There are costs that the world is only now starting to consider. Russia is the world’s largest exporter of natural gas and nickel, the world’s second-largest exporter of oil and steel, and the third-largest exporter of coal and aluminum. We can live without these things, but make no mistake, it will hurt.

We cannot live without food. Russia is the world’s largest exporter of wheat, and it has invaded Ukraine, the world’s fifth-largest exporter. Russia’s war strategy uses techniques pioneered in the flattening of Groznyy in the Second Chechen War that were then honed during the destruction of Aleppo in the Syrian Civil War. Russia’s artillery is now obliterating Ukraine’s civilian infrastructure one city at a time.
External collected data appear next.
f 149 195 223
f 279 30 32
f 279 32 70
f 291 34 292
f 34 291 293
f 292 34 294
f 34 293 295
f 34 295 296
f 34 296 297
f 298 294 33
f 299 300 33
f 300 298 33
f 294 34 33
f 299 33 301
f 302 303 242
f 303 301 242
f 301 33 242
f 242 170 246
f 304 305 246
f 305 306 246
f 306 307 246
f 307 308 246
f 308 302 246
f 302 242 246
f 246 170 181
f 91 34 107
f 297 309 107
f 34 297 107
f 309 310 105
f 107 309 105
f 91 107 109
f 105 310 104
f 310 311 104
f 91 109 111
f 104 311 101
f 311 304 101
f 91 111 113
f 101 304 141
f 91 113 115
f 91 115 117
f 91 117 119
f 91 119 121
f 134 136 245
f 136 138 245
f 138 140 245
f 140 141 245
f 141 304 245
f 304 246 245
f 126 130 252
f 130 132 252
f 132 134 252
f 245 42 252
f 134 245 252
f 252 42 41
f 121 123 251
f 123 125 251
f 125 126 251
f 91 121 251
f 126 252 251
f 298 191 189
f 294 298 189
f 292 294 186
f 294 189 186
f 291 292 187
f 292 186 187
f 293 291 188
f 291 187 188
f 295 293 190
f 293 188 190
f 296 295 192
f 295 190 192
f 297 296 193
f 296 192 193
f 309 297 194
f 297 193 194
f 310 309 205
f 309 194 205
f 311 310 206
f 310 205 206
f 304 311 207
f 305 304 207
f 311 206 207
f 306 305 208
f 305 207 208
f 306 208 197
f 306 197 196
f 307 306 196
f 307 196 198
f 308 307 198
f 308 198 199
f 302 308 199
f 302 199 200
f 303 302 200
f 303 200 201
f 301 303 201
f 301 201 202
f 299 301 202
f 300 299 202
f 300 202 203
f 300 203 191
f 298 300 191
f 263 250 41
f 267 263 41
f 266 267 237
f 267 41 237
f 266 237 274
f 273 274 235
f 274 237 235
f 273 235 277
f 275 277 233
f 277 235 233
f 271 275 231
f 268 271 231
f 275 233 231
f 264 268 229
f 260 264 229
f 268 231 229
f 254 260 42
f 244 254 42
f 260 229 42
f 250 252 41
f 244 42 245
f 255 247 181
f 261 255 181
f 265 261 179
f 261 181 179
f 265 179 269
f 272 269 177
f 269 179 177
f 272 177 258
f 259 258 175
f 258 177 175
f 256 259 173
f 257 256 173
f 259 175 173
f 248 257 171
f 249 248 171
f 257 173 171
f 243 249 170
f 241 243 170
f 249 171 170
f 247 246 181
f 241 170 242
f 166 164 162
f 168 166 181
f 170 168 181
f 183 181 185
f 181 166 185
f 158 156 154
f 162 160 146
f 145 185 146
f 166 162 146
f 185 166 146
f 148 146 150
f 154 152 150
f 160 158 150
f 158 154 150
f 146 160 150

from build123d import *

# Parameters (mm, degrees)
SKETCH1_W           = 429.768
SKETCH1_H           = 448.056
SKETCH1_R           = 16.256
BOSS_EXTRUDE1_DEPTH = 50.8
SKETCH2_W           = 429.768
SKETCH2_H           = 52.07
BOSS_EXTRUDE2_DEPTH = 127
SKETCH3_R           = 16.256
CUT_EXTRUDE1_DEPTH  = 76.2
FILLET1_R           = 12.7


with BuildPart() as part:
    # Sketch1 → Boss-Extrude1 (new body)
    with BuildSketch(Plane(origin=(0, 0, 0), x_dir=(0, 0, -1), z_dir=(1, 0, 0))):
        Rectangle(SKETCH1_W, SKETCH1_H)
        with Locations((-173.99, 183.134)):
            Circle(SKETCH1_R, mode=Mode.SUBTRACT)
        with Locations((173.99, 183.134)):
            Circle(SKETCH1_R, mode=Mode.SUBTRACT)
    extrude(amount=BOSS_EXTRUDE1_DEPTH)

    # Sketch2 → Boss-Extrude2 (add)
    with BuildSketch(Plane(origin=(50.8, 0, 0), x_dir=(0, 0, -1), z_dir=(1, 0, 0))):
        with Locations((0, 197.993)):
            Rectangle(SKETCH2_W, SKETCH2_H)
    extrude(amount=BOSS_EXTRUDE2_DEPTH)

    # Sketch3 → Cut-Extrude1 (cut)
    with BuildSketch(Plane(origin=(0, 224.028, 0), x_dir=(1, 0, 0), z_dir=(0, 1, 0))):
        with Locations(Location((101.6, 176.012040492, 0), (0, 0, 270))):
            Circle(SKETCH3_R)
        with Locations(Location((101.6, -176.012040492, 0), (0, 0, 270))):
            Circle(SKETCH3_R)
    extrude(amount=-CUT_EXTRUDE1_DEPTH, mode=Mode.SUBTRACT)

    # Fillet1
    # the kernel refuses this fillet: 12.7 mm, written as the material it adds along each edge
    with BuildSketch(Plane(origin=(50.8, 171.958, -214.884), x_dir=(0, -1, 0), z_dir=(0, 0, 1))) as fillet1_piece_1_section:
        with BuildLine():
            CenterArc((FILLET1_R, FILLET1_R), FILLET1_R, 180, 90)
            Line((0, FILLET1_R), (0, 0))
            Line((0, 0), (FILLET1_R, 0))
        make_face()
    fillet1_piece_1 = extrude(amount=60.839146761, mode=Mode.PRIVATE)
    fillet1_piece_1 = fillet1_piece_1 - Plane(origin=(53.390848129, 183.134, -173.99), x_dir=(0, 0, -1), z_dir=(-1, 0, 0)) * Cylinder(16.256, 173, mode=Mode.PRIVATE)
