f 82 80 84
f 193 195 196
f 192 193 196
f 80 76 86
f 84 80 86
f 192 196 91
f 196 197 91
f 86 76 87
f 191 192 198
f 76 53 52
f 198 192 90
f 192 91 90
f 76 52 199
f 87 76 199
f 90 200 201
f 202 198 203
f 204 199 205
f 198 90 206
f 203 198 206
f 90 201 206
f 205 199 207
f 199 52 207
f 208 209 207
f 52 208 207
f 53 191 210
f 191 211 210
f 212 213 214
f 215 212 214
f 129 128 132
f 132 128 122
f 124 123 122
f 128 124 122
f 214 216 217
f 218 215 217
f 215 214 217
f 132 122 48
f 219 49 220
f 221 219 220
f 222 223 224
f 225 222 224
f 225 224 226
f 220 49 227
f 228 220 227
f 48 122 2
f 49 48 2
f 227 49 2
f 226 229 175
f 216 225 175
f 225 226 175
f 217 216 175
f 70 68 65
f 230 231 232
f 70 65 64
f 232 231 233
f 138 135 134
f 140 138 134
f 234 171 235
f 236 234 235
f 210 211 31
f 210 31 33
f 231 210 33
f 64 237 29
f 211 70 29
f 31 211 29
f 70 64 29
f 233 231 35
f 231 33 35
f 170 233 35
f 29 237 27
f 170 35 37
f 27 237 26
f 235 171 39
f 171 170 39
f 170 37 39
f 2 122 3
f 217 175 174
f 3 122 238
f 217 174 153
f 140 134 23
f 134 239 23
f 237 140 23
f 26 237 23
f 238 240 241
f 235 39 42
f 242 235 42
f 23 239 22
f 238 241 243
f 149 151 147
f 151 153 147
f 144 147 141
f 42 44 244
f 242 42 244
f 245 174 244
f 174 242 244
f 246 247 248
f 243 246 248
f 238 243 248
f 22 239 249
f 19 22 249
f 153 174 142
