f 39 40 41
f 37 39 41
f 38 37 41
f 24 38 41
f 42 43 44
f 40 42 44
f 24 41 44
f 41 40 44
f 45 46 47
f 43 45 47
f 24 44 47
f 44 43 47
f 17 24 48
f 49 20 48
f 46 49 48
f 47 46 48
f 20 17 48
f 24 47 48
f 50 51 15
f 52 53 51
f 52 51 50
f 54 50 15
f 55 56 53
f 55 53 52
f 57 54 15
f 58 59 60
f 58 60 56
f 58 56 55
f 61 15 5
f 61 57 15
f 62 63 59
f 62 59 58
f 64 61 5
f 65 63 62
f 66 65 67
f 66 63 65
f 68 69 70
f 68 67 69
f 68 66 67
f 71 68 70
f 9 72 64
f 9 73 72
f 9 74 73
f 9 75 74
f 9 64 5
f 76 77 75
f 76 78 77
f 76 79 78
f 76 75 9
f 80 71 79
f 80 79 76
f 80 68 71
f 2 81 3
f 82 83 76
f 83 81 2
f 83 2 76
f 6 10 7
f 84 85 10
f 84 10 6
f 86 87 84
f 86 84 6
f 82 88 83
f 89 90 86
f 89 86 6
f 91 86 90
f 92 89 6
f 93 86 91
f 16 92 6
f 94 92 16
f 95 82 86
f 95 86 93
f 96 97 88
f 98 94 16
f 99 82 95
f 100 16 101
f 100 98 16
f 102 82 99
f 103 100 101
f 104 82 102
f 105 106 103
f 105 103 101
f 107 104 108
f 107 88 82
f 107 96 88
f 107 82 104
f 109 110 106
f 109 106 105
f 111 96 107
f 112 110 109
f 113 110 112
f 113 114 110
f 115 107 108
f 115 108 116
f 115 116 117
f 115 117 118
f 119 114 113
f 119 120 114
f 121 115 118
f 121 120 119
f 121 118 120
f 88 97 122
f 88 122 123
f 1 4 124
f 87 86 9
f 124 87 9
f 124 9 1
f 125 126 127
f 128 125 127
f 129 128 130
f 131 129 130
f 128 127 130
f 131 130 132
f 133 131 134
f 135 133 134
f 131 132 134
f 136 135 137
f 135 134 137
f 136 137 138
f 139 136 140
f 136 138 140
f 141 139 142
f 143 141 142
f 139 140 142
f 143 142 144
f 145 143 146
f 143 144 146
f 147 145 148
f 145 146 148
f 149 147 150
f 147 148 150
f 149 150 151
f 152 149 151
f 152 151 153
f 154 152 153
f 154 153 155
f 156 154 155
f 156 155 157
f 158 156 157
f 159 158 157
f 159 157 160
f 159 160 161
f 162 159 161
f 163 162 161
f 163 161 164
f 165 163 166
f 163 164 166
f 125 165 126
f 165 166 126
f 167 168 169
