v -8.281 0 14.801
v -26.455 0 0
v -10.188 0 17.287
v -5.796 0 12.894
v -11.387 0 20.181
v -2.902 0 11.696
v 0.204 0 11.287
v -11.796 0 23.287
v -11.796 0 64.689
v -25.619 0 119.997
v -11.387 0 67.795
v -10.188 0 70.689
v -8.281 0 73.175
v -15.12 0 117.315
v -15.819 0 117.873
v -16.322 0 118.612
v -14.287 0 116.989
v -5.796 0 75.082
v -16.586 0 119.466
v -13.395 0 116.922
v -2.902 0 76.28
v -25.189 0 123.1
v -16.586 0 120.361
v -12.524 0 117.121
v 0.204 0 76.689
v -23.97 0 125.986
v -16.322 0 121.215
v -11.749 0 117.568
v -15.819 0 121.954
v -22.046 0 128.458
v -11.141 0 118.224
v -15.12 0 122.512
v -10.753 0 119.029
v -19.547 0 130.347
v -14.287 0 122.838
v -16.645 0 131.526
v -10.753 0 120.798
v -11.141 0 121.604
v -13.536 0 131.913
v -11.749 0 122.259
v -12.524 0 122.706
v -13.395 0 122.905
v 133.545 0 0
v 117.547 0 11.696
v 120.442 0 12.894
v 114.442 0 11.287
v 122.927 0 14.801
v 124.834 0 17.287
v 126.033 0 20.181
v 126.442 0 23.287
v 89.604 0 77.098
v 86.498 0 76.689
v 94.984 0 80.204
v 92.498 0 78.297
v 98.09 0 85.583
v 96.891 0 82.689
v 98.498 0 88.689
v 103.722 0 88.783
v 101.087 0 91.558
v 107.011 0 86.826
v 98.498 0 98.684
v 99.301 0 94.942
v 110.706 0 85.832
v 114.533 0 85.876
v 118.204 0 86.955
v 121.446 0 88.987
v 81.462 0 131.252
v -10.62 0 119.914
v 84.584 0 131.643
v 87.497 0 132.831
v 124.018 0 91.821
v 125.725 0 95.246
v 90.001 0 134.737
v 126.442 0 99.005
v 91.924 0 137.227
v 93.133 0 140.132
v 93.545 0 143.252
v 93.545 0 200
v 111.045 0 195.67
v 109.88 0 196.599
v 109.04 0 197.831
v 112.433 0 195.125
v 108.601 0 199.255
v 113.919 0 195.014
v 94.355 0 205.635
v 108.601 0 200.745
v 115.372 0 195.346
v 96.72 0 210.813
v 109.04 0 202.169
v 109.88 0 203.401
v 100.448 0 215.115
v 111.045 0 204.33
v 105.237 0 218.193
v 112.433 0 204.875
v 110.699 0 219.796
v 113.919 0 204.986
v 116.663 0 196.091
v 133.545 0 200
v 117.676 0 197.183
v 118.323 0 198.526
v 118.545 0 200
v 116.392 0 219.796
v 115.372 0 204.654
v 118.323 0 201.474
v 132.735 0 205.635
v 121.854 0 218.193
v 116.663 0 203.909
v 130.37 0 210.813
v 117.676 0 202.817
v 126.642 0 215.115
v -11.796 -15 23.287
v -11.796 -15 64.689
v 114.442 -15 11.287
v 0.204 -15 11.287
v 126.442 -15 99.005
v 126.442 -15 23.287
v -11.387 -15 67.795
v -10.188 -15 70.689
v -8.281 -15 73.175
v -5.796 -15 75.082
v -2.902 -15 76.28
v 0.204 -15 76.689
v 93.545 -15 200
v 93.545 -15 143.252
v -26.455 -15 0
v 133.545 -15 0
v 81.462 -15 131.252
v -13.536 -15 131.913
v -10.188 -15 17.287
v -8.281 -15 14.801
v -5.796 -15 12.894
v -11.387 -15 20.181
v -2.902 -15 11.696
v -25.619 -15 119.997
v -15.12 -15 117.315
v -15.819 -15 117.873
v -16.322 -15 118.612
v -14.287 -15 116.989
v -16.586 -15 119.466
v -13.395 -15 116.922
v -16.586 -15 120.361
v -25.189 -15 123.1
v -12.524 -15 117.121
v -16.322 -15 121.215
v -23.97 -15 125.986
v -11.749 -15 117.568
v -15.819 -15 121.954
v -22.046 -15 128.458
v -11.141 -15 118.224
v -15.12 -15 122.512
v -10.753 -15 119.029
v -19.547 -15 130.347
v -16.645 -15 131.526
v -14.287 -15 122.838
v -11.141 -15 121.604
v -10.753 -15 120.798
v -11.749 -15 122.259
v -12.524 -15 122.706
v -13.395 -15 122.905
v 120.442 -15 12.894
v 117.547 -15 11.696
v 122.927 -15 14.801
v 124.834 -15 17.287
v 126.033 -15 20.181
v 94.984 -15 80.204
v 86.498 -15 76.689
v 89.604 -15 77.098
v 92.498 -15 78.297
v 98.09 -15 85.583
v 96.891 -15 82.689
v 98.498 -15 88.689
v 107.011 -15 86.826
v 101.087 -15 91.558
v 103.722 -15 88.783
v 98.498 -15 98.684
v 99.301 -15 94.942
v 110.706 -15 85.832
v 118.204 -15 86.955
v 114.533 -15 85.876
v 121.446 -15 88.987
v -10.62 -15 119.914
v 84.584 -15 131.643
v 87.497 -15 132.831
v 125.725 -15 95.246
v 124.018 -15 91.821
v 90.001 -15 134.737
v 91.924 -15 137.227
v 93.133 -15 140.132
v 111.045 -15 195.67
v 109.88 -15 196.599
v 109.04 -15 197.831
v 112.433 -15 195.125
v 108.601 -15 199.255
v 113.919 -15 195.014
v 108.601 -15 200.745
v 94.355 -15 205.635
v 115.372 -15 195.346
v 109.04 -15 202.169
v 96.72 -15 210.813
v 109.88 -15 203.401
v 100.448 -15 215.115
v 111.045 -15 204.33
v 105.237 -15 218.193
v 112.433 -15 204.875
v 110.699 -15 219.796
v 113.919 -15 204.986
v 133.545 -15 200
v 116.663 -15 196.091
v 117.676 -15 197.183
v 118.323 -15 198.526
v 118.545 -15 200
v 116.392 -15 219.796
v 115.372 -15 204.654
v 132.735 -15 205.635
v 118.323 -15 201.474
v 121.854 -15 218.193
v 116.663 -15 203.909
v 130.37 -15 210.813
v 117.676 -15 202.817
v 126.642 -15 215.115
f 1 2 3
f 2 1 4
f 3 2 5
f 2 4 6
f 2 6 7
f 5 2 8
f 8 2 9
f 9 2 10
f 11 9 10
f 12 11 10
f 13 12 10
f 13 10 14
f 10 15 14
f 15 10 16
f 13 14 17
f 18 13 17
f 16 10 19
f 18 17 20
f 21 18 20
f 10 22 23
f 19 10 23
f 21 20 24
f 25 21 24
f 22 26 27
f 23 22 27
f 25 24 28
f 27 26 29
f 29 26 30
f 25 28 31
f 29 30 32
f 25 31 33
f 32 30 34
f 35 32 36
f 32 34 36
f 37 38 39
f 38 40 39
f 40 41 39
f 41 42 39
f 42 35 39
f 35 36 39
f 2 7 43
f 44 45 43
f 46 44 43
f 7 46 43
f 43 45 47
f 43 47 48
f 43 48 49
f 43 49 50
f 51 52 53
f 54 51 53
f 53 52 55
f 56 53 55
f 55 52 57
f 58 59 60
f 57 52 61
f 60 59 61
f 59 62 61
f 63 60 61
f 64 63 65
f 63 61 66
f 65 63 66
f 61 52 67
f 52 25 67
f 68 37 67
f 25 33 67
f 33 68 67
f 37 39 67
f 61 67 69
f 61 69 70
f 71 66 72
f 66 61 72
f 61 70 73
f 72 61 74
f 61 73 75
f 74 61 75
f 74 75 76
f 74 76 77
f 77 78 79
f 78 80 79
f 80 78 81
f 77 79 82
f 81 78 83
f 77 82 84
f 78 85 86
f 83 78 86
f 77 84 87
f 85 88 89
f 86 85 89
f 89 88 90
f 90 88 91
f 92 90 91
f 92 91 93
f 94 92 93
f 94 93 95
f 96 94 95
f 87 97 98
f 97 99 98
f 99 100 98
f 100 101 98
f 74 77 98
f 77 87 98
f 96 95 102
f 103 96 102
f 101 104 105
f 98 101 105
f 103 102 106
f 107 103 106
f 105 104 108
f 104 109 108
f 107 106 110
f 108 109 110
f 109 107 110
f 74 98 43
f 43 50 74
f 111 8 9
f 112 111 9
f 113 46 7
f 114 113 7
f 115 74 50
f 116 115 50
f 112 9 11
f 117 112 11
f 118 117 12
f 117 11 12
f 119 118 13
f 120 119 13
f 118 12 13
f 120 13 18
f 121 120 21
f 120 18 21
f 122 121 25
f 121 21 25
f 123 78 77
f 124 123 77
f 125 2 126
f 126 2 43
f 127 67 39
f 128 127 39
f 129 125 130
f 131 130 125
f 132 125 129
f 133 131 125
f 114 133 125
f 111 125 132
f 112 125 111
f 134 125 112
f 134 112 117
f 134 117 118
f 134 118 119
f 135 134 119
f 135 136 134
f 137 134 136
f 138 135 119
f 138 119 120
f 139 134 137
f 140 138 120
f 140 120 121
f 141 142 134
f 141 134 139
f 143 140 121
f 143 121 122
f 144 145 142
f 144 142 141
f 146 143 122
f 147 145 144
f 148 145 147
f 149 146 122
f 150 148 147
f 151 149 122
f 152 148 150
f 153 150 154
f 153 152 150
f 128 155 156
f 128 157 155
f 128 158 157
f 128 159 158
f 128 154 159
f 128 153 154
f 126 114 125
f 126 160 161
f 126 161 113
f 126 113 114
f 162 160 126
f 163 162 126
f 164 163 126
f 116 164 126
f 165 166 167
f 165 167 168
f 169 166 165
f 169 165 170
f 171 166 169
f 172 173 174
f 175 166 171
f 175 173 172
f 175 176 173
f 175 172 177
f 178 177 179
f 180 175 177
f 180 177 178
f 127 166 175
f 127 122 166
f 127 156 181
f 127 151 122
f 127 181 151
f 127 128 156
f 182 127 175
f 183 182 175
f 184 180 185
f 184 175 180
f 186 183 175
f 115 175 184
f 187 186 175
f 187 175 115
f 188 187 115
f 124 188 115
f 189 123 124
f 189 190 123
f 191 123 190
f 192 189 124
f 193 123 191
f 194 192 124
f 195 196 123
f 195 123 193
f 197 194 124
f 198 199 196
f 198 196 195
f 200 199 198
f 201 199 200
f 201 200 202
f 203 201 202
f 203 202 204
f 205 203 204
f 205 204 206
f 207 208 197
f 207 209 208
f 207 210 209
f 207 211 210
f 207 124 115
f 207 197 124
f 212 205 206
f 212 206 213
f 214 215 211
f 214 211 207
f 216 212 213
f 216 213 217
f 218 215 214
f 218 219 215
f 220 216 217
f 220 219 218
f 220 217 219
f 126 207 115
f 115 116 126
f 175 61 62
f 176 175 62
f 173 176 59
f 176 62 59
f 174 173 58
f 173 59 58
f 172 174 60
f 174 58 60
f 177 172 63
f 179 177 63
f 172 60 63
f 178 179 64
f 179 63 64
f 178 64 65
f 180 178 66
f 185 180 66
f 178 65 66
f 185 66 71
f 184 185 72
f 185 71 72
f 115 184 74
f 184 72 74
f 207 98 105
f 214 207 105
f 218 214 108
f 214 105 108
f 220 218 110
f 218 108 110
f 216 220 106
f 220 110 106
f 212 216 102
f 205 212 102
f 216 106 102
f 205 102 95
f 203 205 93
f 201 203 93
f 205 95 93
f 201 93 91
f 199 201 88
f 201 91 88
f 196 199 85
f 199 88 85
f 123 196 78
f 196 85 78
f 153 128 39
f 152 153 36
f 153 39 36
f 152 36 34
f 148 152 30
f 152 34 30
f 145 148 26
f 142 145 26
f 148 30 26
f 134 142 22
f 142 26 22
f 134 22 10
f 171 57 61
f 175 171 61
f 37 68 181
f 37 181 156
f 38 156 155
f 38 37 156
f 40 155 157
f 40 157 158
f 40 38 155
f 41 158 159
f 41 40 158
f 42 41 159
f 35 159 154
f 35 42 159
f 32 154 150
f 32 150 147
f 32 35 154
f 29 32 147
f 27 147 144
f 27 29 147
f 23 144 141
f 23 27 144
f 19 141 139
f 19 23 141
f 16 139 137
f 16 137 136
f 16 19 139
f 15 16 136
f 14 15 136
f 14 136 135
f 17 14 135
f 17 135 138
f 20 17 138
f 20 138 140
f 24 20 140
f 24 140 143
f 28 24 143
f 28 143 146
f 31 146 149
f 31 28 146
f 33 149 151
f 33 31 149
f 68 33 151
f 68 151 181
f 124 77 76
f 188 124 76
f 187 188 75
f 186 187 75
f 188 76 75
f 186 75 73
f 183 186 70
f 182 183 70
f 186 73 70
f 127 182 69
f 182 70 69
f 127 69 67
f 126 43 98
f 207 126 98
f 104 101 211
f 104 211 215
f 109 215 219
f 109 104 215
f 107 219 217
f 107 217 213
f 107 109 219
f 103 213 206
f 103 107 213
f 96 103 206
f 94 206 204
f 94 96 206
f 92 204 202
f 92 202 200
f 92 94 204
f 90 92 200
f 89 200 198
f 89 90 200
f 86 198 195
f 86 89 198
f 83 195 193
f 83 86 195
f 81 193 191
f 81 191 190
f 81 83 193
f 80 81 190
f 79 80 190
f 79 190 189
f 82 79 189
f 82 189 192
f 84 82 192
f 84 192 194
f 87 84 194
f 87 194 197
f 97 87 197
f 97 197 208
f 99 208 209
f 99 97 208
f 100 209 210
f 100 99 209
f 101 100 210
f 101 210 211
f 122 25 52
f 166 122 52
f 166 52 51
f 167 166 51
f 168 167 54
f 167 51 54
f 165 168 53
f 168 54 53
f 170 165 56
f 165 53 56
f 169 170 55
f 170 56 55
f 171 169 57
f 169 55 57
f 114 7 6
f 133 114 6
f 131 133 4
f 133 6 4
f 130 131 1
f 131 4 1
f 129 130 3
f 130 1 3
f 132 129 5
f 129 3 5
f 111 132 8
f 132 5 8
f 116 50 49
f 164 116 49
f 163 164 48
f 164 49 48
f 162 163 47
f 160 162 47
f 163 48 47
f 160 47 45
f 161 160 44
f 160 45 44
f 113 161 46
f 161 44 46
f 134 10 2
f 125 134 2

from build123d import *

# Parameters (mm, degrees)
F0_R     = 3
F0_R_2   = 5
F1_DEPTH = 15


with BuildPart() as f1:
    # F0 (on Front) → F1 (new body)
    with BuildSketch(Plane.XZ):
        with BuildLine():
            Line((-25.619237, 119.997091), (-26.454732, 0))
            Line((-26.454732, 0), (133.545268, 0))
            Line((133.545268, 0), (133.545268, 200))
            ThreePointArc((133.545268, 200), (113.545268, 220), (93.545268, 200))
            Line((93.545268, 200), (93.545268, 143.251527))
            ThreePointArc((93.545268, 143.251527), (90.000959, 134.736758), (81.461719, 131.251818))
            Line((81.461719, 131.251818), (-13.535978, 131.913251))
            ThreePointArc((-13.535978, 131.913251), (-22.045525, 128.457696), (-25.619237, 119.997091))
        make_face()
        with BuildLine():
            Line((98.498465, 88.689308), (98.498465, 98.683833))
            ThreePointArc((98.498465, 98.683833), (112.620812, 85.723137), (126.441521, 99.005017))
            Line((126.441521, 99.005017), (126.441521, 23.286659))
            ThreePointArc((126.441521, 23.286659), (122.926803, 14.801378), (114.441521, 11.286659))
            Line((114.441521, 11.286659), (0.203851, 11.286659))
            ThreePointArc((0.203851, 11.286659), (-8.281431, 14.801378), (-11.796149, 23.286659))
            Line((-11.796149, 23.286659), (-11.796149, 64.689308))
            ThreePointArc((-11.796149, 64.689308), (-8.281431, 73.174589), (0.203851, 76.689308))
            Line((0.203851, 76.689308), (86.498465, 76.689308))
            ThreePointArc((86.498465, 76.689308), (94.983746, 80.204026), (98.498465, 88.689308))
        make_face(mode=Mode.SUBTRACT)
        with Locations((-13.619528, 119.913542)):
            Circle(F0_R, mode=Mode.SUBTRACT)
        with Locations((113.545268, 200)):
            Circle(F0_R_2, mode=Mode.SUBTRACT)
    extrude(amount=F1_DEPTH)


solid = f1.part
It is gruesome. It is inhumane. It is unforgivable. And it is only the beginning of the destruction. We are being treated to a feast of visual violence in the ongoing destruction of Ukrainian cities we have recently become familiar with: Kyiv, Kharkiv, Mariupol. But lost in the noise of the burning of Ukraine’s large population centers is Russia’s far more methodical, downright Hitlerite, annihilation of Ukraine’s towns and villages. The towns and villages that are the bone and sinew supporting the Ukrainian agricultural sector. Ukraine will not plant crops this spring or summer. The world has lost one of its largest and most reliable sources of wheat, sunflower, safflower, and barley.

Nor will Ukraine return to the ranks of major food suppliers anytime soon. Russia’s wave of deliberate destruction will soon reach the port city of Odessa. Not only is Odessa Ukraine’s commercial capital, not only will its fall signal an end to Ukraine’s maritime frontage, Odessa is also the export point for nearly all of Ukraine’s agricultural bounty. Until it is freed from Russian control and rebuilt, large-scale Ukrainian exports will remain beyond reach.

This, all this, is unfortunately only the tip of the Third Horseman’s spear. Russia’s willful destruction of Ukraine is only one of a host of factors adding up to the most stressed agricultural markets in post-World War II history.